**WHAT THE TASK ASKS:** What do the lines say from the start of the entries through the one containing "Line((-53.975, 152.047852166), (-98.16631544, 152.047852166))"? Repeat them exactly.
******
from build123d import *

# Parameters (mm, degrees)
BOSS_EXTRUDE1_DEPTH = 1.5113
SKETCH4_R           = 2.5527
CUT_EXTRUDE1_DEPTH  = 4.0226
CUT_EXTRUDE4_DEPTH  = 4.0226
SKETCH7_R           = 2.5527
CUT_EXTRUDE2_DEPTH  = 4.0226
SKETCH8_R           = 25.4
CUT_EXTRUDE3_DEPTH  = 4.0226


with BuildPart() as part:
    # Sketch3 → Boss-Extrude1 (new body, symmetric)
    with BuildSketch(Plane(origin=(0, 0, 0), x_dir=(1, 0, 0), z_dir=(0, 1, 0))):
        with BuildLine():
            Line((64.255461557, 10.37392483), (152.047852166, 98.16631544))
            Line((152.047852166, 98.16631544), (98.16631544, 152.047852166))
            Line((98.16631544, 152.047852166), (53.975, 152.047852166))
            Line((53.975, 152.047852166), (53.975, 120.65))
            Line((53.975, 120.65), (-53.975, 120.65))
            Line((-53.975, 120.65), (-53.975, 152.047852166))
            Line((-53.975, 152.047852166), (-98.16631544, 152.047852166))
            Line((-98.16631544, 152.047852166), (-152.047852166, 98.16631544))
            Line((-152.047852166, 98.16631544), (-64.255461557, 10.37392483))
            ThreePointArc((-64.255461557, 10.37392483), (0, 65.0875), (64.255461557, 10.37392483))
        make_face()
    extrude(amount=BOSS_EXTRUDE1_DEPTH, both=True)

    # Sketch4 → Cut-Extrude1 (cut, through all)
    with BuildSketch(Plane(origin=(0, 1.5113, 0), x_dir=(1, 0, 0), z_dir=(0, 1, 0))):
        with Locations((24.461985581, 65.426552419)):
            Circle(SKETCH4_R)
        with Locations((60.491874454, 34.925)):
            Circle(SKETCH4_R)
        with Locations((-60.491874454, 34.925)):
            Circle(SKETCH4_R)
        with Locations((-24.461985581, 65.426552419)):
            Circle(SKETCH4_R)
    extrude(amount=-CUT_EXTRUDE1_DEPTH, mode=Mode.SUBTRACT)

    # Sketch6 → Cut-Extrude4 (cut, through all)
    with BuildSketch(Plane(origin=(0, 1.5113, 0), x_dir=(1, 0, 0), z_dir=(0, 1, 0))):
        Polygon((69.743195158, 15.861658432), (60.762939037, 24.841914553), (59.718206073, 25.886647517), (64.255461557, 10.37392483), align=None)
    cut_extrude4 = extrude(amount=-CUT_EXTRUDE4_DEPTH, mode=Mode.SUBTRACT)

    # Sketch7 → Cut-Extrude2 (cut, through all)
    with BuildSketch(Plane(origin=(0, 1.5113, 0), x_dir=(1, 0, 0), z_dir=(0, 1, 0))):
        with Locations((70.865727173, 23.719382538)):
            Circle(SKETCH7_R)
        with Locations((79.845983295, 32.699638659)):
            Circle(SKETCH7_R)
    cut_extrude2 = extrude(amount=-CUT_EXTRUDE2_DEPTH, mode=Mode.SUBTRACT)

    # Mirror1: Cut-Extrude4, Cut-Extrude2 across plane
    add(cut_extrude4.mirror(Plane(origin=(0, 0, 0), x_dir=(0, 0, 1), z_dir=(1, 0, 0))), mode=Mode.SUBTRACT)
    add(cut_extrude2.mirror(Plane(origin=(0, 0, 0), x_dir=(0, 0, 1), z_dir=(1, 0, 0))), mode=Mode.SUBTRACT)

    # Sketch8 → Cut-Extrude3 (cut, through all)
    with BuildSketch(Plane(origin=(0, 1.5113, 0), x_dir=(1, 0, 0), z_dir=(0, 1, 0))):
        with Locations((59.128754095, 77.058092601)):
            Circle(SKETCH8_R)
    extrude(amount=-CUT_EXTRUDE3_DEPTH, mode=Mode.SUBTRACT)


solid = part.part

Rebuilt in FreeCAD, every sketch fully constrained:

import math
import FreeCAD as App
import Part
import Sketcher
from FreeCAD import Vector
Q = App.Units.Quantity


def add_polygon(sketch, points):
    """Adds a closed chain of lines whose ends are joined by coincident constraints."""
    first, n = sketch.GeometryCount, len(points)
    for a, b in zip(points, points[1:] + points[:1]):
        sketch.addGeometry(Part.LineSegment(App.Vector(*a, 0), App.Vector(*b, 0)), False)
    for i in range(n):
        sketch.addConstraint(Sketcher.Constraint("Coincident", first + i, 2, first + (i + 1) % n, 1))

doc = App.newDocument("Part")
body = doc.addObject("PartDesign::Body", "Body")

# Sketch on XZ plane
sketch1 = body.newObject("Sketcher::SketchObject", "Sketch")
sketch1.AttachmentSupport = (doc.getObject("XZ_Plane"), [""])
sketch1.MapMode = "FlatFace"
sketch1.addGeometry(Part.LineSegment(Vector(64.255462, -10.373925, 0), Vector(152.047852, -98.166315, 0)), False)
sketch1.addGeometry(Part.LineSegment(Vector(152.047852, -98.166315, 0), Vector(98.166315, -152.047852, 0)), False)
sketch1.addGeometry(Part.LineSegment(Vector(98.166315, -152.047852, 0), Vector(53.975, -152.047852, 0)), False)
sketch1.addGeometry(Part.LineSegment(Vector(53.975, -152.047852, 0), Vector(53.975, -120.65, 0)), False)
sketch1.addGeometry(Part.LineSegment(Vector(53.975, -120.65, 0), Vector(-53.975, -120.65, 0)), False)
sketch1.addGeometry(Part.LineSegment(Vector(-53.975, -120.65, 0), Vector(-53.975, -152.047852, 0)), False)
sketch1.addGeometry(Part.LineSegment(Vector(-53.975, -152.047852, 0), Vector(-98.166315, -152.047852, 0)), False)
sketch1.addGeometry(Part.LineSegment(Vector(-98.166315, -152.047852, 0), Vector(-152.047852, -98.166315, 0)), False)
sketch1.addGeometry(Part.LineSegment(Vector(-152.047852, -98.166315, 0), Vector(-64.255462, -10.373925, 0)), False)
sketch1.addGeometry(Part.ArcOfCircle(Part.Circle(Vector(0, 0, 0), Vector(0, 0, 1), 65.0875), math.radians(-170.82884), math.radians(-9.17116)), False)
sketch1.addConstraint(Sketcher.Constraint("Coincident", 0, 2, 1, 1))
sketch1.addConstraint(Sketcher.Constraint("Coincident", 1, 2, 2, 1))
sketch1.addConstraint(Sketcher.Constraint("Coincident", 2, 2, 3, 1))
sketch1.addConstraint(Sketcher.Constraint("Coincident", 3, 2, 4, 1))
sketch1.addConstraint(Sketcher.Constraint("Coincident", 4, 2, 5, 1))
sketch1.addConstraint(Sketcher.Constraint("Coincident", 5, 2, 6, 1))
sketch1.addConstraint(Sketcher.Constraint("Coincident", 6, 2, 7, 1))
sketch1.addConstraint(Sketcher.Constraint("Coincident", 7, 2, 8, 1))
sketch1.addConstraint(Sketcher.Constraint("Coincident", 8, 2, 9, 1))
sketch1.addConstraint(Sketcher.Constraint("Coincident", 9, 2, 0, 1))
sketch1.addConstraint(Sketcher.Constraint("Horizontal", 2))
sketch1.addConstraint(Sketcher.Constraint("Vertical", 3))
sketch1.addConstraint(Sketcher.Constraint("Horizontal", 4))
sketch1.addConstraint(Sketcher.Constraint("Vertical", 5))
sketch1.addConstraint(Sketcher.Constraint("Horizontal", 6))
sketch1.addConstraint(Sketcher.Constraint("Coincident", 9, 3, -1, 1))
sketch1.addConstraint(Sketcher.Constraint("Symmetric", 2, 2, 5, 2, -2))
sketch1.addConstraint(Sketcher.Constraint("Symmetric", 0, 2, 7, 2, -2))
sketch1.addConstraint(Sketcher.Constraint("Perpendicular", 0, 1))
sketch1.addConstraint(Sketcher.Constraint("Perpendicular", 1, 7))
sketch1.addConstraint(Sketcher.Constraint("Perpendicular", 7, 8))
sketch1.addConstraint(Sketcher.Constraint("Horizontal", 8, 2, 9, 2))
sketch1.addConstraint(Sketcher.Constraint("Distance", 1, Q("3 in")))
sketch1.addConstraint(Sketcher.Constraint("Radius", 9, Q("2.5625 in")))
sketch1.addConstraint(Sketcher.Constraint("DistanceX", 4, 2, 4, 1, Q("4.25 in")))
sketch1.addConstraint(Sketcher.Constraint("DistanceY", 3, 2, -1, 1, Q("4.75 in")))
sketch1.addConstraint(Sketcher.Constraint("Distance", 0, 124.157189))
sketch1.addConstraint(Sketcher.Constraint("DistanceX", 2, 2, 2, 1, 44.191315))
pad1 = body.newObject("PartDesign::Pad", "Pad")
pad1.Profile = sketch1
pad1.Length = Q("0.119 in")
pad1.Midplane = True

# Sketch on XZ plane
sketch2 = body.newObject("Sketcher::SketchObject", "Sketch001")
sketch2.AttachmentSupport = (doc.getObject("XZ_Plane"), [""])
sketch2.MapMode = "FlatFace"
sketch2.AttachmentOffset = App.Placement(Vector(0, 0, -0.0595 * 25.4), App.Rotation())
sketch2.addGeometry(Part.Circle(Vector(24.461986, -65.426552, 0), Vector(0, 0, 1), 2.5527), False)
sketch2.addGeometry(Part.Circle(Vector(60.491874, -34.925, 0), Vector(0, 0, 1), 2.5527), False)
sketch2.addGeometry(Part.Circle(Vector(-60.491874, -34.925, 0), Vector(0, 0, 1), 2.5527), False)
sketch2.addGeometry(Part.Circle(Vector(-24.461986, -65.426552, 0), Vector(0, 0, 1), 2.5527), False)
sketch2.addConstraint(Sketcher.Constraint("Equal", 0, 1))
sketch2.addConstraint(Sketcher.Constraint("Equal", 1, 2))
sketch2.addConstraint(Sketcher.Constraint("Equal", 2, 3))
sketch2.addConstraint(Sketcher.Constraint("Symmetric", 1, 3, 2, 3, -2))
sketch2.addConstraint(Sketcher.Constraint("Symmetric", 0, 3, 3, 3, -2))
sketch2.addConstraint(Sketcher.Constraint("Diameter", 0, Q("0.201 in")))
sketch2.addConstraint(Sketcher.Constraint("DistanceY", 1, 3, -1, 1, Q("1.375 in")))
sketch2.addConstraint(Sketcher.Constraint("DistanceX", 0, 3, 1, 3, 36.029889))
sketch2.addConstraint(Sketcher.Constraint("DistanceX", 2, 3, 0, 3, 84.95386))
sketch2.addConstraint(Sketcher.Constraint("DistanceY", 0, 3, -1, 1, 65.426552))
pocket1 = body.newObject("PartDesign::Pocket", "Pocket")
pocket1.Profile = sketch2
pocket1.Type = "ThroughAll"
pocket1.Reversed = True

# Sketch on XZ plane
sketch3 = body.newObject("Sketcher::SketchObject", "Sketch002")
sketch3.AttachmentSupport = (doc.getObject("XZ_Plane"), [""])
sketch3.MapMode = "FlatFace"
sketch3.AttachmentOffset = App.Placement(Vector(0, 0, -0.0595 * 25.4), App.Rotation())
add_polygon(sketch3, [(69.743195, -15.861658), (59.718206, -25.886648), (64.255462, -10.373925)])  # lines 0-2
sketch3.addConstraint(Sketcher.Constraint("Perpendicular", 0, 2))
sketch3.addConstraint(Sketcher.Constraint("Angle", 0, Q("-135 deg")))
sketch3.addConstraint(Sketcher.Constraint("Distance", 1, 16.16265))
sketch3.addConstraint(Sketcher.Constraint("DistanceX", -1, 1, 1, 2, 64.255462))
sketch3.addConstraint(Sketcher.Constraint("DistanceY", 2, 2, -1, 1, 15.861658))
sketch3.addConstraint(Sketcher.Constraint("DistanceX", 0, 2, 2, 2, 10.024989))
pocket2 = body.newObject("PartDesign::Pocket", "Pocket001")
pocket2.Profile = sketch3
pocket2.Type = "ThroughAll"
pocket2.Reversed = True

# Sketch on XZ plane
sketch4 = body.newObject("Sketcher::SketchObject", "Sketch003")
sketch4.AttachmentSupport = (doc.getObject("XZ_Plane"), [""])
sketch4.MapMode = "FlatFace"
sketch4.AttachmentOffset = App.Placement(Vector(0, 0, -0.0595 * 25.4), App.Rotation())
sketch4.addGeometry(Part.Circle(Vector(70.865727, -23.719383, 0), Vector(0, 0, 1), 2.5527), False)
sketch4.addGeometry(Part.Circle(Vector(79.845983, -32.699639, 0), Vector(0, 0, 1), 2.5527), False)
sketch4.addConstraint(Sketcher.Constraint("Equal", 0, 1))
sketch4.addConstraint(Sketcher.Constraint("Diameter", 0, Q("0.201 in")))
sketch4.addConstraint(Sketcher.Constraint("DistanceY", 1, 3, -1, 1, 32.699639))
sketch4.addConstraint(Sketcher.Constraint("DistanceX", -1, 1, 0, 3, 70.865727))
sketch4.addConstraint(Sketcher.Constraint("DistanceY", 0, 3, -1, 1, 23.719383))
sketch4.addConstraint(Sketcher.Constraint("DistanceX", -1, 1, 1, 3, 79.845983))
pocket3 = body.newObject("PartDesign::Pocket", "Pocket002")
pocket3.Profile = sketch4
pocket3.Type = "ThroughAll"
pocket3.Reversed = True
doc.recompute()

mirrored = body.newObject("PartDesign::Mirrored", "Mirrored")
mirrored.Originals = [pocket2, pocket3]
mirrored.MirrorPlane = (doc.getObject("YZ_Plane"), [""])
body.Tip = mirrored

# Sketch on XZ plane
sketch5 = body.newObject("Sketcher::SketchObject", "Sketch004")
sketch5.AttachmentSupport = (doc.getObject("XZ_Plane"), [""])
sketch5.MapMode = "FlatFace"
sketch5.AttachmentOffset = App.Placement(Vector(0, 0, -0.0595 * 25.4), App.Rotation())
sketch5.addGeometry(Part.Circle(Vector(59.128754, -77.058093, 0), Vector(0, 0, 1), 25.4), False)
sketch5.addConstraint(Sketcher.Constraint("Diameter", 0, Q("2 in")))
sketch5.addConstraint(Sketcher.Constraint("DistanceX", -1, 1, 0, 3, 59.128754))
sketch5.addConstraint(Sketcher.Constraint("DistanceY", 0, 3, -1, 1, 77.058093))
pocket4 = body.newObject("PartDesign::Pocket", "Pocket003")
pocket4.Profile = sketch5
pocket4.Type = "ThroughAll"
pocket4.Reversed = True

doc.recompute()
******
**RESPONSE FOR THIS EXERCISE:**
from build123d import *

# Parameters (mm, degrees)
BOSS_EXTRUDE1_DEPTH = 1.5113
SKETCH4_R           = 2.5527
CUT_EXTRUDE1_DEPTH  = 4.0226
CUT_EXTRUDE4_DEPTH  = 4.0226
SKETCH7_R           = 2.5527
CUT_EXTRUDE2_DEPTH  = 4.0226
SKETCH8_R           = 25.4
CUT_EXTRUDE3_DEPTH  = 4.0226


with BuildPart() as part:
    # Sketch3 → Boss-Extrude1 (new body, symmetric)
    with BuildSketch(Plane(origin=(0, 0, 0), x_dir=(1, 0, 0), z_dir=(0, 1, 0))):
        with BuildLine():
            Line((64.255461557, 10.37392483), (152.047852166, 98.16631544))
            Line((152.047852166, 98.16631544), (98.16631544, 152.047852166))
            Line((98.16631544, 152.047852166), (53.975, 152.047852166))
            Line((53.975, 152.047852166), (53.975, 120.65))
            Line((53.975, 120.65), (-53.975, 120.65))
            Line((-53.975, 120.65), (-53.975, 152.047852166))
            Line((-53.975, 152.047852166), (-98.16631544, 152.047852166))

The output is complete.